PROJECT SUMMARY The neural crest (NC) is a stem cell population that originates within the forming central nervous system. NC cells delaminate from the neuroepithelium by undergoing a spatiotemporally regulated epithelial-to- mesenchymal transition (EMT) that proceeds in a coordinated wave head-to-tail to exit from the neural tube. Cranial NC cells, which arise in the head region of the embryo and are the only NC population in vivo with the ability to differentiate into craniofacial skeleton and cartilage, are indispensable for the development of the face; mutations affecting NC development result in numerous diseases and malformations affecting the craniofacial structures (e.g. Treacher Collins syndrome, cleft palate, etc.). Thus, a thorough understanding of the regulation of cranial NC EMT is essential to identify the etiology of craniofacial abnormalities. To date, research has focused on unraveling early events governing cranial NC induction at the neural plate border and the mechanism of delamination from the neural tube. However, little is known about the regulatory changes governing the timing of NC EMT and exit from the neural tube. My preliminary studies demonstrate that a Wnt pathway antagonist, Draxin, plays an important role in controlling the timing of NC EMT, perturbations of which have negative consequences for cranial NC migration.
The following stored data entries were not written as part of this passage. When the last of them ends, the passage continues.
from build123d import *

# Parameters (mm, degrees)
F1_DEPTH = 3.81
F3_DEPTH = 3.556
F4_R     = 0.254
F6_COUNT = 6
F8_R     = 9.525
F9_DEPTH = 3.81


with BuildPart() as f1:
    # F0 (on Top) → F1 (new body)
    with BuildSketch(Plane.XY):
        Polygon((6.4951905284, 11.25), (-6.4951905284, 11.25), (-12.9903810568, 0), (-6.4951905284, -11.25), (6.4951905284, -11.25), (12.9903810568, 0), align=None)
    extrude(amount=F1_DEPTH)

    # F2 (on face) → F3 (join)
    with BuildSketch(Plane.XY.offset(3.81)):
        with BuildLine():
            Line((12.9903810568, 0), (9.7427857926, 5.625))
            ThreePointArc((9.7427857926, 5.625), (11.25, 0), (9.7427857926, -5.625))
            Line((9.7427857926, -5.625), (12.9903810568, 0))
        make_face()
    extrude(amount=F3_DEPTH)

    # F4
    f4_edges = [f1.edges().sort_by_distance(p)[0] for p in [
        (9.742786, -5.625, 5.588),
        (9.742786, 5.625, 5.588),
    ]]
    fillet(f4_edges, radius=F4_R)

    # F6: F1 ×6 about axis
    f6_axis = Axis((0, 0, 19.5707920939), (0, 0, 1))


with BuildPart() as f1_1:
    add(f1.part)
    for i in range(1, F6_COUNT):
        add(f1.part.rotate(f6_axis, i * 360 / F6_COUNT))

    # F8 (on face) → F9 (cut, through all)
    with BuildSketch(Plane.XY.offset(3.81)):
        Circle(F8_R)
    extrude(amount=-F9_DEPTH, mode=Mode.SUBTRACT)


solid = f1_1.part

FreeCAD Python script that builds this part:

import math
import FreeCAD as App
import Part
import Sketcher
from FreeCAD import Vector
Q = App.Units.Quantity


def edges_at(feature, points):
    """Names of the edges that pass closest to the given points."""
    edges = feature.Shape.Edges
    near = lambda p: min(range(len(edges)), key=lambda i: edges[i].distToShape(Part.Vertex(*p))[0])
    return sorted({f"Edge{near(p) + 1}" for p in points})

doc = App.newDocument("Part")
body = doc.addObject("PartDesign::Body", "Body")

sketch1 = body.newObject("Sketcher::SketchObject", "Sketch")
sketch1.AttachmentSupport = (doc.getObject("XY_Plane"), [""])
sketch1.MapMode = "FlatFace"
sketch1.addGeometry(Part.LineSegment(Vector(6.495191, 11.25, 0), Vector(-6.495191, 11.25, 0)), False)
sketch1.addGeometry(Part.LineSegment(Vector(-6.495191, 11.25, 0), Vector(-12.990381, 0, 0)), False)
sketch1.addGeometry(Part.LineSegment(Vector(-12.990381, 0, 0), Vector(-6.495191, -11.25, 0)), False)
sketch1.addGeometry(Part.LineSegment(Vector(-6.495191, -11.25, 0), Vector(6.495191, -11.25, 0)), False)
sketch1.addGeometry(Part.LineSegment(Vector(6.495191, -11.25, 0), Vector(12.990381, 0, 0)), False)
sketch1.addGeometry(Part.LineSegment(Vector(12.990381, 0, 0), Vector(6.495191, 11.25, 0)), False)
sketch1.addConstraint(Sketcher.Constraint("Coincident", 0, 2, 1, 1))
sketch1.addConstraint(Sketcher.Constraint("Coincident", 1, 2, 2, 1))
sketch1.addConstraint(Sketcher.Constraint("Coincident", 2, 2, 3, 1))
sketch1.addConstraint(Sketcher.Constraint("Coincident", 3, 2, 4, 1))
sketch1.addConstraint(Sketcher.Constraint("Coincident", 4, 2, 5, 1))
sketch1.addConstraint(Sketcher.Constraint("Coincident", 5, 2, 0, 1))
sketch1.addConstraint(Sketcher.Constraint("Horizontal", 0))
sketch1.addConstraint(Sketcher.Constraint("Horizontal", 3))
sketch1.addConstraint(Sketcher.Constraint("Symmetric", 0, 2, 3, 2, -1, 1))
sketch1.addConstraint(Sketcher.Constraint("Symmetric", 1, 2, 4, 2, -1, 1))
sketch1.addConstraint(Sketcher.Constraint("PointOnObject", 1, 2, -1))
sketch1.addConstraint(Sketcher.Constraint("Parallel", 2, 5))
sketch1.addConstraint(Sketcher.Constraint("Vertical", 0, 2, 2, 2))
sketch1.addConstraint(Sketcher.Constraint("Angle", 1, Q("-120 deg")))
sketch1.addConstraint(Sketcher.Constraint("DistanceX", 0, 2, 0, 1, Q("12.990381 mm")))
sketch1.addConstraint(Sketcher.Constraint("DistanceY", -1, 1, 0, 2, Q("11.25 mm")))
pad1 = body.newObject("PartDesign::Pad", "Pad")
pad1.Profile = sketch1
pad1.Length = Q("0.15 in")

sketch2 = body.newObject("Sketcher::SketchObject", "Sketch001")
sketch2.AttachmentSupport = (doc.getObject("XY_Plane"), [""])
sketch2.MapMode = "FlatFace"
sketch2.AttachmentOffset = App.Placement(Vector(0, 0, 0.15 * 25.4), App.Rotation())
sketch2.addGeometry(Part.LineSegment(Vector(12.990381, 0, 0), Vector(9.742786, 5.625, 0)), False)
sketch2.addGeometry(Part.ArcOfCircle(Part.Circle(Vector(0, 0, 0), Vector(0, 0, 1), 11.25), math.radians(-30), math.radians(30)), False)
sketch2.addGeometry(Part.LineSegment(Vector(9.742786, -5.625, 0), Vector(12.990381, 0, 0)), False)
sketch2.addConstraint(Sketcher.Constraint("Tangent", 0, 2, 1, 2))
sketch2.addConstraint(Sketcher.Constraint("Tangent", 1, 1, 2, 1))
sketch2.addConstraint(Sketcher.Constraint("Coincident", 2, 2, 0, 1))
sketch2.addConstraint(Sketcher.Constraint("Coincident", 1, 3, -1, 1))
sketch2.addConstraint(Sketcher.Constraint("PointOnObject", 2, 2, -1))
sketch2.addConstraint(Sketcher.Constraint("Angle", 0, Q("120 deg")))
sketch2.addConstraint(Sketcher.Constraint("Radius", 1, Q("11.25 mm")))
pad2 = body.newObject("PartDesign::Pad", "Pad001")
pad2.Profile = sketch2
pad2.Length = Q("0.14 in")
doc.recompute()

fillet = body.newObject("PartDesign::Fillet", "Fillet")
fillet.Base = (pad2, edges_at(pad2, [(9.743, -5.625, 5.588), (9.743, 5.625, 5.588)]))
fillet.Radius = Q("0.01 in")
body2 = doc.addObject("PartDesign::Body", "Body001")
doc.recompute()

body2.BaseFeature = body
doc.recompute()

body3 = doc.addObject("PartDesign::Body", "Body002")
body3.BaseFeature = body
body3.Placement = App.Placement(Vector(0, 0, 0), App.Rotation(Vector(0, 0, 1), 60))
boolean = body2.newObject("PartDesign::Boolean", "Boolean")
boolean.Type = "Fuse"
boolean.addObjects([body3])
doc.recompute()

body4 = doc.addObject("PartDesign::Body", "Body003")
body4.BaseFeature = body
body4.Placement = App.Placement(Vector(0, 0, 0), App.Rotation(Vector(0, 0, 1), 120))
boolean2 = body2.newObject("PartDesign::Boolean", "Boolean001")
boolean2.Type = "Fuse"
boolean2.addObjects([body4])
doc.recompute()

body5 = doc.addObject("PartDesign::Body", "Body004")
body5.BaseFeature = body
body5.Placement = App.Placement(Vector(0, 0, 0), App.Rotation(Vector(0, 0, 1), 180))
boolean3 = body2.newObject("PartDesign::Boolean", "Boolean002")
boolean3.Type = "Fuse"
boolean3.addObjects([body5])
doc.recompute()

body6 = doc.addObject("PartDesign::Body", "Body005")
body6.BaseFeature = body
body6.Placement = App.Placement(Vector(0, 0, 0), App.Rotation(Vector(0, 0, 1), 240))
boolean4 = body2.newObject("PartDesign::Boolean", "Boolean003")
boolean4.Type = "Fuse"
boolean4.addObjects([body6])
doc.recompute()

body.Placement = App.Placement(Vector(0, 0, 0), App.Rotation(Vector(0, 0, 1), 300))
boolean5 = body2.newObject("PartDesign::Boolean", "Boolean004")
boolean5.Type = "Fuse"
boolean5.addObjects([body])

sketch3 = body2.newObject("Sketcher::SketchObject", "Sketch002")
sketch3.AttachmentSupport = (doc.getObject("XY_Plane001"), [""])
sketch3.MapMode = "FlatFace"
sketch3.AttachmentOffset = App.Placement(Vector(0, 0, 0.15 * 25.4), App.Rotation())
sketch3.addGeometry(Part.Circle(Vector(0, 0, 0), Vector(0, 0, 1), 9.525), False)
sketch3.addConstraint(Sketcher.Constraint("Coincident", 0, 3, -1, 1))
sketch3.addConstraint(Sketcher.Constraint("Diameter", 0, Q("0.75 in")))
pocket1 = body2.newObject("PartDesign::Pocket", "Pocket")
pocket1.Profile = sketch3
pocket1.Type = "ThroughAll"

doc.recompute()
This role for Draxin is particularly interesting in light of the fact that the Wnt signaling pathway has been shown to be a major driver of NC development. The goal of this Proposal is to investigate the molecular mechanism by which Draxin affects cranial NC EMT, with focus on its role in Wnt signaling. To this end, the Specific Aims of this Proposal seek to combine chick embryology with state-of-the-art imaging and biochemistry to: 1) Characterize the interaction of Draxin and Wnt signaling in cranial NC EMT; 2) Identify the role of Draxin in the regulation of cell adhesion proteins; 3) Characterize the post-transcriptional regulation of Draxin; and 4) Identify the role of Draxin in the regulation of extracellular matrix proteins. The results of this Proposal will significantly enhance our understanding of the regulation of cranial NC EMT and migration, providing new scientific avenues for translational research applications in the treatment of craniofacial defects.
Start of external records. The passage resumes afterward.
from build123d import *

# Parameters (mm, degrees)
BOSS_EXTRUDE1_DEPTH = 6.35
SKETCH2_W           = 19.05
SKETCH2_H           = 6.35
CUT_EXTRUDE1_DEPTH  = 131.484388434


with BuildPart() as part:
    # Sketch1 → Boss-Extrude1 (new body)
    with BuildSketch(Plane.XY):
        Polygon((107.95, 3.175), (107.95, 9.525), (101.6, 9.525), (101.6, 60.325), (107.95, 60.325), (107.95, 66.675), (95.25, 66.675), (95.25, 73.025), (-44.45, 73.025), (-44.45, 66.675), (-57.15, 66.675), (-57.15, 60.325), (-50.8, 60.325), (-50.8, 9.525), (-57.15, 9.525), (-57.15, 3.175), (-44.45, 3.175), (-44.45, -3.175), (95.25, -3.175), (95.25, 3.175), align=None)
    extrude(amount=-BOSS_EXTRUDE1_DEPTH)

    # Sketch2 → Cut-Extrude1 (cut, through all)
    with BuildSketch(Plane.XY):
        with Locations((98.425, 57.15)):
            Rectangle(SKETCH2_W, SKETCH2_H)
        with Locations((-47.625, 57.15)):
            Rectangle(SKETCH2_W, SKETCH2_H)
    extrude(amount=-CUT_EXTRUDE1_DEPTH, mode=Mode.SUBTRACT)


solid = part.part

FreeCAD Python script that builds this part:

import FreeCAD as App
import Part
import Sketcher
from FreeCAD import Vector
Q = App.Units.Quantity

doc = App.newDocument("Part")
body = doc.addObject("PartDesign::Body", "Body")

sketch1 = body.newObject("Sketcher::SketchObject", "Sketch")
sketch1.AttachmentSupport = (doc.getObject("XY_Plane"), [""])
sketch1.MapMode = "FlatFace"
sketch1.addGeometry(Part.LineSegment(Vector(107.95, 3.175, 0), Vector(107.95, 9.525, 0)), False)
sketch1.addGeometry(Part.LineSegment(Vector(107.95, 9.525, 0), Vector(101.6, 9.525, 0)), False)
sketch1.addGeometry(Part.LineSegment(Vector(101.6, 9.525, 0), Vector(101.6, 60.325, 0)), False)
sketch1.addGeometry(Part.LineSegment(Vector(101.6, 60.325, 0), Vector(107.95, 60.325, 0)), False)
sketch1.addGeometry(Part.LineSegment(Vector(107.95, 60.325, 0), Vector(107.95, 66.675, 0)), False)
sketch1.addGeometry(Part.LineSegment(Vector(107.95, 66.675, 0), Vector(95.25, 66.675, 0)), False)
sketch1.addGeometry(Part.LineSegment(Vector(95.25, 66.675, 0), Vector(95.25, 73.025, 0)), False)
sketch1.addGeometry(Part.LineSegment(Vector(95.25, 73.025, 0), Vector(-44.45, 73.025, 0)), False)
sketch1.addGeometry(Part.LineSegment(Vector(-44.45, 73.025, 0), Vector(-44.45, 66.675, 0)), False)
sketch1.addGeometry(Part.LineSegment(Vector(-44.45, 66.675, 0), Vector(-57.15, 66.675, 0)), False)
sketch1.addGeometry(Part.LineSegment(Vector(-57.15, 66.675, 0), Vector(-57.15, 60.325, 0)), False)
sketch1.addGeometry(Part.LineSegment(Vector(-57.15, 60.325, 0), Vector(-50.8, 60.325, 0)), False)
sketch1.addGeometry(Part.LineSegment(Vector(-50.8, 60.325, 0), Vector(-50.8, 9.525, 0)), False)
sketch1.addGeometry(Part.LineSegment(Vector(-50.8, 9.525, 0), Vector(-57.15, 9.525, 0)), False)
sketch1.addGeometry(Part.LineSegment(Vector(-57.15, 9.525, 0), Vector(-57.15, 3.175, 0)), False)
sketch1.addGeometry(Part.LineSegment(Vector(-57.15, 3.175, 0), Vector(-44.45, 3.175, 0)), False)
sketch1.addGeometry(Part.LineSegment(Vector(-44.45, 3.175, 0), Vector(-44.45, -3.175, 0)), False)
sketch1.addGeometry(Part.LineSegment(Vector(-44.45, -3.175, 0), Vector(95.25, -3.175, 0)), False)
sketch1.addGeometry(Part.LineSegment(Vector(95.25, -3.175, 0), Vector(95.25, 3.175, 0)), False)
sketch1.addGeometry(Part.LineSegment(Vector(95.25, 3.175, 0), Vector(107.95, 3.175, 0)), False)
sketch1.addConstraint(Sketcher.Constraint("Coincident", 0, 2, 1, 1))
sketch1.addConstraint(Sketcher.Constraint("Coincident", 1, 2, 2, 1))
sketch1.addConstraint(Sketcher.Constraint("Coincident", 2, 2, 3, 1))
sketch1.addConstraint(Sketcher.Constraint("Coincident", 3, 2, 4, 1))
sketch1.addConstraint(Sketcher.Constraint("Coincident", 4, 2, 5, 1))
sketch1.addConstraint(Sketcher.Constraint("Coincident", 5, 2, 6, 1))
sketch1.addConstraint(Sketcher.Constraint("Coincident", 6, 2, 7, 1))
sketch1.addConstraint(Sketcher.Constraint("Coincident", 7, 2, 8, 1))
sketch1.addConstraint(Sketcher.Constraint("Coincident", 8, 2, 9, 1))
sketch1.addConstraint(Sketcher.Constraint("Coincident", 9, 2, 10, 1))
sketch1.addConstraint(Sketcher.Constraint("Coincident", 10, 2, 11, 1))
sketch1.addConstraint(Sketcher.Constraint("Coincident", 11, 2, 12, 1))
sketch1.addConstraint(Sketcher.Constraint("Coincident", 12, 2, 13, 1))
sketch1.addConstraint(Sketcher.Constraint("Coincident", 13, 2, 14, 1))
sketch1.addConstraint(Sketcher.Constraint("Coincident", 14, 2, 15, 1))
sketch1.addConstraint(Sketcher.Constraint("Coincident", 15, 2, 16, 1))
sketch1.addConstraint(Sketcher.Constraint("Coincident", 16, 2, 17, 1))
sketch1.addConstraint(Sketcher.Constraint("Coincident", 17, 2, 18, 1))
sketch1.addConstraint(Sketcher.Constraint("Coincident", 18, 2, 19, 1))
sketch1.addConstraint(Sketcher.Constraint("Coincident", 19, 2, 0, 1))
sketch1.addConstraint(Sketcher.Constraint("Vertical", 0))
sketch1.addConstraint(Sketcher.Constraint("Horizontal", 1))
sketch1.addConstraint(Sketcher.Constraint("Vertical", 2))
sketch1.addConstraint(Sketcher.Constraint("Horizontal", 3))
sketch1.addConstraint(Sketcher.Constraint("Vertical", 4))
sketch1.addConstraint(Sketcher.Constraint("Horizontal", 5))
sketch1.addConstraint(Sketcher.Constraint("Vertical", 6))
sketch1.addConstraint(Sketcher.Constraint("Horizontal", 7))
sketch1.addConstraint(Sketcher.Constraint("Vertical", 8))
sketch1.addConstraint(Sketcher.Constraint("Horizontal", 9))
sketch1.addConstraint(Sketcher.Constraint("Vertical", 10))
sketch1.addConstraint(Sketcher.Constraint("Horizontal", 11))
sketch1.addConstraint(Sketcher.Constraint("Vertical", 12))
sketch1.addConstraint(Sketcher.Constraint("Horizontal", 13))
sketch1.addConstraint(Sketcher.Constraint("Vertical", 14))
sketch1.addConstraint(Sketcher.Constraint("Horizontal", 15))
sketch1.addConstraint(Sketcher.Constraint("Vertical", 16))
sketch1.addConstraint(Sketcher.Constraint("Horizontal", 17))
sketch1.addConstraint(Sketcher.Constraint("Vertical", 18))
sketch1.addConstraint(Sketcher.Constraint("Horizontal", 19))
sketch1.addConstraint(Sketcher.Constraint("Horizontal", 5, 2, 8, 2))
sketch1.addConstraint(Sketcher.Constraint("Horizontal", 3, 2, 10, 2))
sketch1.addConstraint(Sketcher.Constraint("Horizontal", 1, 2, 12, 2))
sketch1.addConstraint(Sketcher.Constraint("Horizontal", 15, 2, 18, 2))
sketch1.addConstraint(Sketcher.Constraint("Vertical", 0, 2, 3, 2))
sketch1.addConstraint(Sketcher.Constraint("Vertical", 10, 2, 13, 2))
sketch1.addConstraint(Sketcher.Constraint("Vertical", 8, 2, 15, 2))
sketch1.addConstraint(Sketcher.Constraint("Vertical", 6, 2, 17, 2))
sketch1.addConstraint(Sketcher.Constraint("Equal", 5, 9))
sketch1.addConstraint(Sketcher.Constraint("Equal", 3, 11))
sketch1.addConstraint(Sketcher.Constraint("Equal", 13, 0))
sketch1.addConstraint(Sketcher.Constraint("Equal", 0, 4))
sketch1.addConstraint(Sketcher.Constraint("Equal", 4, 6))
sketch1.addConstraint(Sketcher.Constraint("Equal", 14, 16))
sketch1.addConstraint(Sketcher.Constraint("DistanceY", 2, 1, 2, 2, Q("2 in")))
sketch1.addConstraint(Sketcher.Constraint("DistanceX", 5, 2, 5, 1, Q("0.5 in")))
sketch1.addConstraint(Sketcher.Constraint("DistanceX", 7, 2, 7, 1, Q("5.5 in")))
sketch1.addConstraint(Sketcher.Constraint("DistanceX", -1, 1, 1, 2, Q("4 in")))
sketch1.addConstraint(Sketcher.Constraint("DistanceX", 11, 2, -1, 1, Q("2 in")))
sketch1.addConstraint(Sketcher.Constraint("DistanceY", -1, 1, 0, 2, Q("0.375 in")))
pad1 = body.newObject("PartDesign::Pad", "Pad")
pad1.Profile = sketch1
pad1.Length = Q("0.25 in")
pad1.Reversed = True

sketch2 = body.newObject("Sketcher::SketchObject", "Sketch001")
sketch2.AttachmentSupport = (doc.getObject("XY_Plane"), [""])
sketch2.MapMode = "FlatFace"
sketch2.addGeometry(Part.LineSegment(Vector(88.9, 60.325, 0), Vector(88.9, 53.975, 0)), False)
sketch2.addGeometry(Part.LineSegment(Vector(88.9, 53.975, 0), Vector(107.95, 53.975, 0)), False)
sketch2.addGeometry(Part.LineSegment(Vector(107.95, 53.975, 0), Vector(107.95, 60.325, 0)), False)
sketch2.addGeometry(Part.LineSegment(Vector(107.95, 60.325, 0), Vector(88.9, 60.325, 0)), False)
sketch2.addGeometry(Part.LineSegment(Vector(-57.15, 60.325, 0), Vector(-57.15, 53.975, 0)), False)
sketch2.addGeometry(Part.LineSegment(Vector(-57.15, 53.975, 0), Vector(-38.1, 53.975, 0)), False)
sketch2.addGeometry(Part.LineSegment(Vector(-38.1, 53.975, 0), Vector(-38.1, 60.325, 0)), False)
sketch2.addGeometry(Part.LineSegment(Vector(-38.1, 60.325, 0), Vector(-57.15, 60.325, 0)), False)
sketch2.addConstraint(Sketcher.Constraint("Coincident", 0, 2, 1, 1))
sketch2.addConstraint(Sketcher.Constraint("Coincident", 1, 2, 2, 1))
sketch2.addConstraint(Sketcher.Constraint("Coincident", 2, 2, 3, 1))
sketch2.addConstraint(Sketcher.Constraint("Coincident", 3, 2, 0, 1))
sketch2.addConstraint(Sketcher.Constraint("Coincident", 4, 2, 5, 1))
sketch2.addConstraint(Sketcher.Constraint("Coincident", 5, 2, 6, 1))
sketch2.addConstraint(Sketcher.Constraint("Coincident", 6, 2, 7, 1))
sketch2.addConstraint(Sketcher.Constraint("Coincident", 7, 2, 4, 1))
sketch2.addConstraint(Sketcher.Constraint("Vertical", 0))
sketch2.addConstraint(Sketcher.Constraint("Horizontal", 1))
sketch2.addConstraint(Sketcher.Constraint("Vertical", 2))
sketch2.addConstraint(Sketcher.Constraint("Horizontal", 3))
sketch2.addConstraint(Sketcher.Constraint("Vertical", 4))
sketch2.addConstraint(Sketcher.Constraint("Horizontal", 5))
sketch2.addConstraint(Sketcher.Constraint("Vertical", 6))
sketch2.addConstraint(Sketcher.Constraint("Horizontal", 7))
sketch2.addConstraint(Sketcher.Constraint("Horizontal", 1, 2, 4, 2))
sketch2.addConstraint(Sketcher.Constraint("Horizontal", 3, 2, 6, 2))
sketch2.addConstraint(Sketcher.Constraint("Equal", 3, 5))
sketch2.addConstraint(Sketcher.Constraint("DistanceX", 5, 2, 0, 2, Q("5 in")))
sketch2.addConstraint(Sketcher.Constraint("DistanceX", 1, 1, 1, 2, Q("0.75 in")))
sketch2.addConstraint(Sketcher.Constraint("DistanceY", 0, 2, 0, 1, Q("0.25 in")))
sketch2.addConstraint(Sketcher.Constraint("DistanceX", -1, 1, 0, 2, Q("3.5 in")))
sketch2.addConstraint(Sketcher.Constraint("DistanceY", -1, 1, 0, 2, Q("2.125 in")))
pocket1 = body.newObject("PartDesign::Pocket", "Pocket")
pocket1.Profile = sketch2
pocket1.Type = "ThroughAll"

doc.recompute()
项目总结 神经脊是起源于正在形成的中枢神经的干细胞群。 系统。NC细胞通过经历时空调节的上皮细胞到神经上皮细胞的脱层 间充质转化(EMT)在协调波中从头到尾从神经管退出。 颅骨NC细胞，出现在胚胎的头部区域，是体内唯一具有 分化为头面部骨骼和软骨的能力，对于面部的发育是不可或缺的； 影响NC发育的突变导致影响头面部的多种疾病和畸形 结构(例如，Treacher-Collins综合征、腭裂等)。因此，对该规定的透彻理解 头颅NC EMT对确定颅面畸形的病因具有重要意义。 到目前为止，研究的重点是在神经上解开控制颅脑NC诱导的早期事件 板边界和神经管分层的机制。然而，人们对此知之甚少 管理NC EMT和退出神经管的时机的监管变化。我的初步研究 证明Wnt通路拮抗剂Draxin在控制NC的时间上起着重要作用 EMT，其扰动对颅骨NC迁移具有负面影响。德拉新的这一角色是 尤其有趣的是，Wnt信号通路已被证明是 数控技术的发展。这项建议的目标是研究德拉新影响的分子机制。 颅脑NC EMT，重点介绍其在Wnt信号中的作用。为此目的，该提案的具体目标力求 将鸡胚学与最先进的成像和生物化学相结合，以： 1)研究DRAXIN和WNT信号在颅脑NC EMT中的相互作用； 2)明确Draxin在细胞黏附蛋白调控中的作用； 3)研究Draxin的转录后调控； 4)确定Draxin在细胞外基质蛋白调控中的作用。 这一建议的结果将极大地提高我们对颅脑NC调节的理解 EMT和迁移，为转化研究在治疗糖尿病中的应用提供了新的科学途径 头面部缺陷。